Im Stile dieser Selbstermächtigung, die man in der um die DDR vergrößerten Bundesrepublik spätestens seit dem Jugoslawienkrieg von 1999 kennt, möchte Schindler die Sanktionspraxis gegen Russland verschärfen ("Ölembargo") und spricht, ganz nach Art der NATO-treuen Boulevard-Presse, von "Putins Schergen", gegen die sich die an der UNO vorbei verhängten, also völkerrechtswidrigen Strafaktionen des Westens richten sollen. Auch wieder ohne zu sagen, wen er damit meint. Es scheint Schindler auch nicht aufzufallen, dass seine Forderung nach "Stärkung des Völkerrechts und der Menschenrechte", gelinde gesagt, in gewissem Spannungsverhältnis zu seinen antirussischen Strafgelüsten steht.
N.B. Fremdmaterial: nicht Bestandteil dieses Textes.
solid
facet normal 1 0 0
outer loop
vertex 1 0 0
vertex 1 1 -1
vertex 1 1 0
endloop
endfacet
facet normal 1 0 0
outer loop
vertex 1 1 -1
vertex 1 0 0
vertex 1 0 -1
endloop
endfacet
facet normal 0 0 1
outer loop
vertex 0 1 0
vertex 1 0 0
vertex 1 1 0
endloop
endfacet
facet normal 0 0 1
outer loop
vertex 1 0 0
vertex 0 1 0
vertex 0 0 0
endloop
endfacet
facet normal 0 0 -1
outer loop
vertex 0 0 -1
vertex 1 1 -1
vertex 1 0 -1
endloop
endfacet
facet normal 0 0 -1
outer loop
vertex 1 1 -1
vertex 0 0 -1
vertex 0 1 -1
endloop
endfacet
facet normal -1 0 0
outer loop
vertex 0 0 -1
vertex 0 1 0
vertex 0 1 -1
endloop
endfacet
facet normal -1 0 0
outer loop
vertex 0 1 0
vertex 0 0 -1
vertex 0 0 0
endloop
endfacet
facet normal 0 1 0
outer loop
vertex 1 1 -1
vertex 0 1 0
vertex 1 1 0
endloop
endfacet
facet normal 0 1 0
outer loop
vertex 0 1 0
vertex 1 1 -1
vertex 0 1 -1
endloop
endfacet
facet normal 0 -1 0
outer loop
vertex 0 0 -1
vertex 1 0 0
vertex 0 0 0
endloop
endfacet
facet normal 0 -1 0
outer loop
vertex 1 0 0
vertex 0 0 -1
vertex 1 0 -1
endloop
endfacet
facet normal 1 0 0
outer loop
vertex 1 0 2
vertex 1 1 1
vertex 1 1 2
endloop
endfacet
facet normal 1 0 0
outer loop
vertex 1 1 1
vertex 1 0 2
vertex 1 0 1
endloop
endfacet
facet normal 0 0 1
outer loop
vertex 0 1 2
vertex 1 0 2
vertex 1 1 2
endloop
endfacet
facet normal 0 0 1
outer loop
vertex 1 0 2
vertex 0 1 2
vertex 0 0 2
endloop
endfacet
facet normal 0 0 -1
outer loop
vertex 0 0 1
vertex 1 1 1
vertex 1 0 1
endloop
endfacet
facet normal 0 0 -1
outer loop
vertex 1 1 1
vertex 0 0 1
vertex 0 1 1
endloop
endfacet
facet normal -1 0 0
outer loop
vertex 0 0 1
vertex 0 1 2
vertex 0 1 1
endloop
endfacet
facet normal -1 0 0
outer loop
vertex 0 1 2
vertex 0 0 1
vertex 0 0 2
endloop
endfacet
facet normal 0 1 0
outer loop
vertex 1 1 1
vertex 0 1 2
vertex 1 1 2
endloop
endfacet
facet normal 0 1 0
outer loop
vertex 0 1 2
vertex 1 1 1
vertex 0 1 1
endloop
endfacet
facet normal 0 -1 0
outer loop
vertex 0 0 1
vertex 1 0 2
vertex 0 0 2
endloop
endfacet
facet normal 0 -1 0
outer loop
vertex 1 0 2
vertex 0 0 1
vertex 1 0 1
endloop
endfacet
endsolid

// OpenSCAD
for (z = [-1, 1]) // two iterations, z = -1, z = 1
{
    translate([0, 0, z])
    cube(size = 1, center = false);
}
Daran ändert auch nichts das nachgeschobene, pseudo-selbstkritische Eingeständnis, der Westen habe "durchaus das eine oder andere nachzuholen". Wie die von ihm angeführten Beispiele Kosovo, Türkei und Afrin demonstrieren, bemerkt Schindler nicht einmal, in welche intellektuellen und moralischen Widersprüche er sich bei seinen außenpolitischen Ausflügen verstrickt.

"Damit distanzieren Sie sich ..."

Und um ganz sicherzugehen, sprang Schindler brav über das Stöckchen, das der ZDF-Journalist ihm hingehalten hatte ("Damit distanzieren Sie sich von zwei Abgeordneten auf dem Podium Ihrer Partei.") – und distanzierte sich pflichtschuldigst nochmals von dem Friedenskongress:

"Das ist kein Kongress der Linken, ich will das so deutlich sagen, das ist kein Kongress der Linken. Und deswegen habe ich da auch überhaupt nichts damit zu tun und teile [nicht] die Position, die da vertreten werden sollte. Ich weiß ja nicht genau ... jedenfalls vertrete ich die von Ihnen beschriebene Position nicht, und das ist auch nicht Position der Partei."

Die Einlassungen dieses Linkspolitikers sind in doppelter Hinsicht fatal: Sie vergiften zusätzlich das, was an Resten der deutsch-russischen Beziehungen noch übrig ist, in unerträglicher Weise und werden, so viel ist gewiss, in Moskau nur weiteres Kopfschütteln über die Berliner Politik auslösen. Und innenpolitisch demonstriert wieder einmal ein führender Genosse der Linken, dass diese Partei ihre besten Jahre hinter sich hat. Wer dermaßen konzeptionslos dem Mainstream hinterläuft und mit den bisherigen friedenspolitischen Prinzipien der Partei bricht, nur um koalitionsfähig zu erscheinen und sich in einer Regierung "Fragen stellen" zu können, wird seine Organisation zielsicher und in Bälde überflüssig machen. Der "Berliner Runde" dürfte es recht sein: Sie wird es auch ohne die Schindlers von der ungeliebten Linken trotzdem noch weiterhin geben.